9 On the next day, as they were on their way and approaching the city, Peter went up on the housetop about the sixth hour to pray.

10 But he became hungry and was desiring to eat; but while they were making preparations, he fell into a trance;

11 and he saw the sky opened up, and an object like a great sheet coming down, lowered by four corners to the ground,

12 and in it were all kinds of four-footed animals and crawling creatures of the earth and birds of the sky.

13 A voice came to him, “Get up, Peter, kill and eat!”

14 But Peter said, “By no means, Lord, for I have never eaten anything unholy and unclean.”

15 Again a voice came to him a second time, “What God has cleansed, no longer consider unholy.”

16 This happened three times, and immediately the object was taken up into the sky.

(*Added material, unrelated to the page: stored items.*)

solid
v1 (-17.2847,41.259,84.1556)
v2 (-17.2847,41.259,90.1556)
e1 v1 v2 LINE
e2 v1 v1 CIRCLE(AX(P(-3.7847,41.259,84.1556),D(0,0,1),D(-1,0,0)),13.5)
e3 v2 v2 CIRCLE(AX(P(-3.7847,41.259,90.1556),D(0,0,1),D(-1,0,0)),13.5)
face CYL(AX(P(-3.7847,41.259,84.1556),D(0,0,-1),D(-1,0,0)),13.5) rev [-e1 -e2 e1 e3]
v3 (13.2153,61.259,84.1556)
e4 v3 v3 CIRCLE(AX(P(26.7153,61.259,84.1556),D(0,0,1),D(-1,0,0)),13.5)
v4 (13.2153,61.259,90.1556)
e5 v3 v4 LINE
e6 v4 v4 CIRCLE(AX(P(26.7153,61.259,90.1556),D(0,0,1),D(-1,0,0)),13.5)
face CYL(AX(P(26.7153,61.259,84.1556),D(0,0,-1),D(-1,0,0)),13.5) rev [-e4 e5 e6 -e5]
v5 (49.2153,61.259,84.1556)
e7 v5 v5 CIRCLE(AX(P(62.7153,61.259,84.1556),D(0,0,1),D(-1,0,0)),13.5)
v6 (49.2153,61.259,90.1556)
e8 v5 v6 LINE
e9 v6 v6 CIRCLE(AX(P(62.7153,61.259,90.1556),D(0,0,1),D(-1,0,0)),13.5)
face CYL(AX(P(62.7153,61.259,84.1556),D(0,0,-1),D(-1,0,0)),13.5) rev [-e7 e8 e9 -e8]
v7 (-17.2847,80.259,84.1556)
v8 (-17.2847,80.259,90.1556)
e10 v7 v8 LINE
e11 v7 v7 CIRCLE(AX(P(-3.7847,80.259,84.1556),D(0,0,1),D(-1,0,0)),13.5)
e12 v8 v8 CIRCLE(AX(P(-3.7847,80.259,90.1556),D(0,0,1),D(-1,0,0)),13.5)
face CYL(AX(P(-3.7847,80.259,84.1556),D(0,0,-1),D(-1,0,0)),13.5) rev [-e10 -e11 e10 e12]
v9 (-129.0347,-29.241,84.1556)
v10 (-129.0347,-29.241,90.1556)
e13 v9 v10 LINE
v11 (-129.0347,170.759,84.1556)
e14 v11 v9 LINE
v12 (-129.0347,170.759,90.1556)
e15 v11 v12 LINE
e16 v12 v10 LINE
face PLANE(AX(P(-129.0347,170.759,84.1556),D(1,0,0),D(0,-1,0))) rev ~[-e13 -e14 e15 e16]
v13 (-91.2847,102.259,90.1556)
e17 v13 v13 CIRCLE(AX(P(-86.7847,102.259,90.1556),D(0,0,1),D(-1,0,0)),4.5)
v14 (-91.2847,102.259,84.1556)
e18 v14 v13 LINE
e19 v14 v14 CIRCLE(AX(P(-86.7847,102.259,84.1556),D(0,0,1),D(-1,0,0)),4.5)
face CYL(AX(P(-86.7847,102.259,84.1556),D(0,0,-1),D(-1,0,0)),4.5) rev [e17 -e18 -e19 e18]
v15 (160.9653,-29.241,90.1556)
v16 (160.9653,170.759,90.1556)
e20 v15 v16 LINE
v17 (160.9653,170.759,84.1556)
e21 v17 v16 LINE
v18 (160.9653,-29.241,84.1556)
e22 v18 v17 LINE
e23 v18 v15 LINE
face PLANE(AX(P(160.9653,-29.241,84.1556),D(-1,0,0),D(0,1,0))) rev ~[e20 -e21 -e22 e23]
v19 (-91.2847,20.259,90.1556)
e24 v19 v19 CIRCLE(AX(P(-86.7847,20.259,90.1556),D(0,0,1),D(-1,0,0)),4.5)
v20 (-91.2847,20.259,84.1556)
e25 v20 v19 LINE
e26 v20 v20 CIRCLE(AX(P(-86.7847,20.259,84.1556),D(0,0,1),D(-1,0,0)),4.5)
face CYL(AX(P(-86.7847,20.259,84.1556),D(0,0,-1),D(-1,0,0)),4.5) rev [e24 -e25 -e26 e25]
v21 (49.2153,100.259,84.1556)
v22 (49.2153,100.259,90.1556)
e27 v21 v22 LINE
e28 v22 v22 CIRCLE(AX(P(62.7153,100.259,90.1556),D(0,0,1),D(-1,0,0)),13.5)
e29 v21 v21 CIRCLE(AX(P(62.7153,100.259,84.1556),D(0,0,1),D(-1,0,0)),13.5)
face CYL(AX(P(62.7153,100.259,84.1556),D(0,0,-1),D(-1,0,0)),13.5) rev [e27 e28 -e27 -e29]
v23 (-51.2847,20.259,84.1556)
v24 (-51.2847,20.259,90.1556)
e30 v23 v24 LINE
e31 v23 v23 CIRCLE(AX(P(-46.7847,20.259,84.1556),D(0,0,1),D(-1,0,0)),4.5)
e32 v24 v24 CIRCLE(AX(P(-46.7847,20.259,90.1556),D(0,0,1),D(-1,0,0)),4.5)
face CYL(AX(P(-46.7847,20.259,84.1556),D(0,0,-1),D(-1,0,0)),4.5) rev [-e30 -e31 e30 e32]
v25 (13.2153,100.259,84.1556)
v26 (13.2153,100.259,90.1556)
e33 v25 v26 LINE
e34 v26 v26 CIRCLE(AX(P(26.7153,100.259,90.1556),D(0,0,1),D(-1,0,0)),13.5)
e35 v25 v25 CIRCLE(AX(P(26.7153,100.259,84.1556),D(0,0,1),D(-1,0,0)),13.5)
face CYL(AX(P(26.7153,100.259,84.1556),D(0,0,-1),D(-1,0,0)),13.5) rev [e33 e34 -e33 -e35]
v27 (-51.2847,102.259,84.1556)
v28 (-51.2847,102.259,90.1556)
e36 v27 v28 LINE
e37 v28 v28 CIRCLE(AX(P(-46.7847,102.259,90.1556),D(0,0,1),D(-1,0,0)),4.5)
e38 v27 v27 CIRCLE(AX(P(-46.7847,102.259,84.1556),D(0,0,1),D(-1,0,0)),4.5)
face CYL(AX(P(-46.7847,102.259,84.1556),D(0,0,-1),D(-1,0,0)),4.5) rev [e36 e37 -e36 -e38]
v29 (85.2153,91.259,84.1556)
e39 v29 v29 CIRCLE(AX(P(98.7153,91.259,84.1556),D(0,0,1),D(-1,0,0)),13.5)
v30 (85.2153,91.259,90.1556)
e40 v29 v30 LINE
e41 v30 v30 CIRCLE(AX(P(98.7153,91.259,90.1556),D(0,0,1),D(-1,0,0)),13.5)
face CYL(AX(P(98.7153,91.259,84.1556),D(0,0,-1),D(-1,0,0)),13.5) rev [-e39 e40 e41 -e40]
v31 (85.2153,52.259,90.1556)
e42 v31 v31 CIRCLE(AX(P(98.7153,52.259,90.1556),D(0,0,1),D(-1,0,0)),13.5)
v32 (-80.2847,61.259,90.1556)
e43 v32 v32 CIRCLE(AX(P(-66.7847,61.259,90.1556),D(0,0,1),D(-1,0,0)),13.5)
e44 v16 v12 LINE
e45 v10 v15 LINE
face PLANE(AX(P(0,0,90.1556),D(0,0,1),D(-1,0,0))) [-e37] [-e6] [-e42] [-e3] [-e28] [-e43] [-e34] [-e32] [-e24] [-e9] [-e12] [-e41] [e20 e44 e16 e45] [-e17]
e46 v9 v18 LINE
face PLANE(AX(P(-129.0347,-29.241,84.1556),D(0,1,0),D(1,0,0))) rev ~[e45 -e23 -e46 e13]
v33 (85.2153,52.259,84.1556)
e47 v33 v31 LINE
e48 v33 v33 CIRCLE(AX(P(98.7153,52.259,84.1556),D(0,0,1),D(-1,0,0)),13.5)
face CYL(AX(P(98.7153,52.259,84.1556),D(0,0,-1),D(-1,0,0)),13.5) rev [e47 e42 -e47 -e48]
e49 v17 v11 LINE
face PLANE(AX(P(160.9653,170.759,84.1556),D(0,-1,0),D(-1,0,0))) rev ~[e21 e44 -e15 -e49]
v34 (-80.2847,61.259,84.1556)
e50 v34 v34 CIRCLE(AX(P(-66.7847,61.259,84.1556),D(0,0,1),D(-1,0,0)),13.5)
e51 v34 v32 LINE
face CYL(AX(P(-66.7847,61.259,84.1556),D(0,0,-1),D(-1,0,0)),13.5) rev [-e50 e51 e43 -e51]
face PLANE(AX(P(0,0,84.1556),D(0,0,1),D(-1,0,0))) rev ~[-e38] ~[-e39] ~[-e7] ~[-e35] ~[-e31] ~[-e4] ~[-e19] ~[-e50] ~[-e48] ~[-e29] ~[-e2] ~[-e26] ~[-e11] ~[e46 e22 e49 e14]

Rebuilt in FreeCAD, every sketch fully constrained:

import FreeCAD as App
import Part
import Sketcher
from FreeCAD import Vector

doc = App.newDocument("Part")
body = doc.addObject("PartDesign::Body", "Body")

sketch1 = body.newObject("Sketcher::SketchObject", "Sketch")
sketch1.AttachmentSupport = (doc.getObject("XY_Plane"), [""])
sketch1.MapMode = "FlatFace"
sketch1.AttachmentOffset = App.Placement(Vector(0, 0, 84.1556), App.Rotation())
sketch1.addGeometry([
    Part.LineSegment(Vector(-129, 170.8, 0), Vector(-129, -29.2, 0)),
    Part.LineSegment(Vector(-129, -29.2, 0), Vector(161, -29.2, 0)),
    Part.LineSegment(Vector(161, -29.2, 0), Vector(161, 170.8, 0)),
    Part.LineSegment(Vector(161, 170.8, 0), Vector(-129, 170.8, 0)),
    Part.Circle(Vector(98.7, 91.3, 0), Vector(0, 0, 1), 13.5),
    Part.Circle(Vector(62.7, 100.3, 0), Vector(0, 0, 1), 13.5),
    Part.Circle(Vector(26.7, 100.3, 0), Vector(0, 0, 1), 13.5),
    Part.Circle(Vector(-46.8, 102.3, 0), Vector(0, 0, 1), 4.5),
    Part.Circle(Vector(-3.8, 80.3, 0), Vector(0, 0, 1), 13.5),
    Part.Circle(Vector(-86.8, 102.3, 0), Vector(0, 0, 1), 4.5),
    Part.Circle(Vector(98.7, 52.3, 0), Vector(0, 0, 1), 13.5),
    Part.Circle(Vector(62.7, 61.3, 0), Vector(0, 0, 1), 13.5),
    Part.Circle(Vector(26.7, 61.3, 0), Vector(0, 0, 1), 13.5),
    Part.Circle(Vector(-3.8, 41.3, 0), Vector(0, 0, 1), 13.5),
    Part.Circle(Vector(-66.8, 61.3, 0), Vector(0, 0, 1), 13.5),
    Part.Circle(Vector(-46.8, 20.3, 0), Vector(0, 0, 1), 4.5),
    Part.Circle(Vector(-86.8, 20.3, 0), Vector(0, 0, 1), 4.5),
], False)
sketch1.addConstraint([
    Sketcher.Constraint("Coincident", 0, 2, 1, 1),
    Sketcher.Constraint("Coincident", 1, 2, 2, 1),
    Sketcher.Constraint("Coincident", 2, 2, 3, 1),
    Sketcher.Constraint("Coincident", 3, 2, 0, 1),
    Sketcher.Constraint("Vertical", 0),
    Sketcher.Constraint("Horizontal", 1),
    Sketcher.Constraint("Vertical", 2),
    Sketcher.Constraint("Horizontal", 3),
    Sketcher.Constraint("Equal", 4, 5),
    Sketcher.Constraint("Equal", 5, 6),
    Sketcher.Constraint("Equal", 6, 8),
    Sketcher.Constraint("Equal", 7, 9),
    Sketcher.Constraint("Equal", 8, 10),
    Sketcher.Constraint("Equal", 10, 11),
    Sketcher.Constraint("Equal", 11, 12),
    Sketcher.Constraint("Equal", 12, 13),
    Sketcher.Constraint("Equal", 13, 14),
    Sketcher.Constraint("Equal", 9, 15),
    Sketcher.Constraint("Equal", 15, 16),
    Sketcher.Constraint("Horizontal", 5, 3, 6, 3),
    Sketcher.Constraint("Horizontal", 7, 3, 9, 3),
    Sketcher.Constraint("Horizontal", 11, 3, 12, 3),
    Sketcher.Constraint("Horizontal", 12, 3, 14, 3),
    Sketcher.Constraint("Horizontal", 15, 3, 16, 3),
    Sketcher.Constraint("Vertical", 4, 3, 10, 3),
    Sketcher.Constraint("Vertical", 5, 3, 11, 3),
    Sketcher.Constraint("Vertical", 6, 3, 12, 3),
    Sketcher.Constraint("Vertical", 8, 3, 13, 3),
    Sketcher.Constraint("Vertical", 7, 3, 15, 3),
    Sketcher.Constraint("Vertical", 9, 3, 16, 3),
    Sketcher.Constraint("Diameter", 4, 27.0),
    Sketcher.Constraint("Diameter", 7, 9.0),
    Sketcher.Constraint("DistanceX", 1, 1, 1, 2, 290.0),
    Sketcher.Constraint("DistanceY", 0, 2, 0, 1, 200.0),
    Sketcher.Constraint("DistanceX", 5, 3, 4, 3, 36.0),
    Sketcher.Constraint("DistanceY", 4, 3, 5, 3, 9.0),
    Sketcher.Constraint("DistanceX", 6, 3, 5, 3, 36.0),
    Sketcher.Constraint("DistanceY", 6, 3, 7, 3, 2.0),
    Sketcher.Constraint("DistanceY", 8, 3, 6, 3, 20.0),
    Sketcher.Constraint("DistanceX", 7, 3, 8, 3, 43.0),
    Sketcher.Constraint("DistanceX", 9, 3, 7, 3, 40.0),
    Sketcher.Constraint("DistanceY", 10, 3, 4, 3, 39.0),
    Sketcher.Constraint("DistanceY", 10, 3, 11, 3, 9.0),
    Sketcher.Constraint("DistanceY", 13, 3, 12, 3, 20.0),
    Sketcher.Constraint("DistanceX", 14, 3, 7, 3, 20.0),
    Sketcher.Constraint("DistanceY", 15, 3, 14, 3, 41.0),
    Sketcher.Constraint("DistanceX", 7, 3, 6, 3, 73.5),
    Sketcher.Constraint("DistanceY", 0, 2, 16, 3, 49.5),
    Sketcher.Constraint("DistanceX", 0, 2, 16, 3, 42.25),
    Sketcher.Constraint("DistanceY", -1, 1, 4, 3, 91.259),
    Sketcher.Constraint("DistanceX", -1, 1, 4, 3, 98.7153),
])
pad1 = body.newObject("PartDesign::Pad", "Pad")
pad1.Profile = sketch1
pad1.Length = 6

doc.recompute()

Translator’s Notes — vv. 9–16:
v.9: The housetop (flat roof) was a common place for prayer in Jewish practice, offering privacy and open air. The sixth hour is noon. Peter is praying while Cornelius’s messengers are en route. God is coordinating two separate narratives that will converge: one in Caesarea, one in Joppa, both timed to intersect.
ἔκστασις (ekstasis) — v.10: “Trance” — ἔκστασις (ekstasis, from which we get “ecstasy”) means a displacement of the mind, a state in which normal consciousness is suspended and the person becomes receptive to divine revelation. It is not a dream (Peter is awake) but a visionary state. Luke notes the mundane trigger: Peter is hungry, and the household is preparing food. God uses his physical hunger to frame a vision about what is and isn’t permitted to eat — which is really about who is and isn’t permitted to belong.
vv.11–12: The vision’s imagery is deliberately comprehensive. A great sheet (οθόνη, othonē, a linen cloth) descends from heaven containing “all kinds” of animals — four-footed animals, crawling creatures, and birds. The catalog echoes the classification system of Genesis 1 and Leviticus 11. Both clean and unclean animals are present, mixed together. The sheet comes from heaven — God is the source of this mixture. The boundaries between clean and unclean that the Law established are being presented as dissolved in a single container lowered from the sky.
μηδαμῶς, κύριε (mēdamōs, kyrie) — v.14: “By no means, Lord” — Peter’s refusal is emphatic and instinctive. Μηδαμῶς (mēdamōs) is a strong negative: “Absolutely not!” “Never!” Peter has kept kosher his entire life. The food laws were not a minor regulation; they were a central marker of Jewish identity, a daily practice that separated Israel from the nations. Every meal was a declaration of belonging. Peter has never — not once — eaten anything unclean. The fact that he says this to God (κύριε, kyrie, “Lord”) reveals the depth of the conflict: he is simultaneously submissive to God (“Lord”) and defiant of God’s command (“By no means”). His identity is colliding with his obedience.
ἃ ὁ θεὸς ἐκαθάρισεν, σὺ μὴ κοίνου (ha ho theos ekatharisen, sy mē koinou) — v.15: “What God has cleansed, no longer consider unholy” — this is one of the most consequential sentences in the New Testament. The verb καθαρίζω (katharizō, “to cleanse,” “to purify”) is in the aorist tense: God has already cleansed these things. It is a completed action. The command μὴ κοίνου (mē koinou, “do not make common/profane”) tells Peter that calling unclean what God has declared clean is itself a sin — it is contradicting God’s judgment. The surface meaning is about food. The deeper meaning — which Peter will grasp in v.28 — is about people. If God has cleansed the Gentiles, Peter must not call them unclean.
v.16: The vision repeats three times. In biblical narrative, threefold repetition signals divine certainty (cf. Joseph’s interpretation in Genesis 41:32: “the matter is determined by God, and God will shortly bring it about”). Peter’s threefold denial of Jesus was reversed by a threefold restoration (John 21:15–17). Now Peter’s threefold refusal to eat unclean food is met with a threefold divine correction. The repetition also ensures that Peter cannot dismiss the vision as a random hallucination. God insists.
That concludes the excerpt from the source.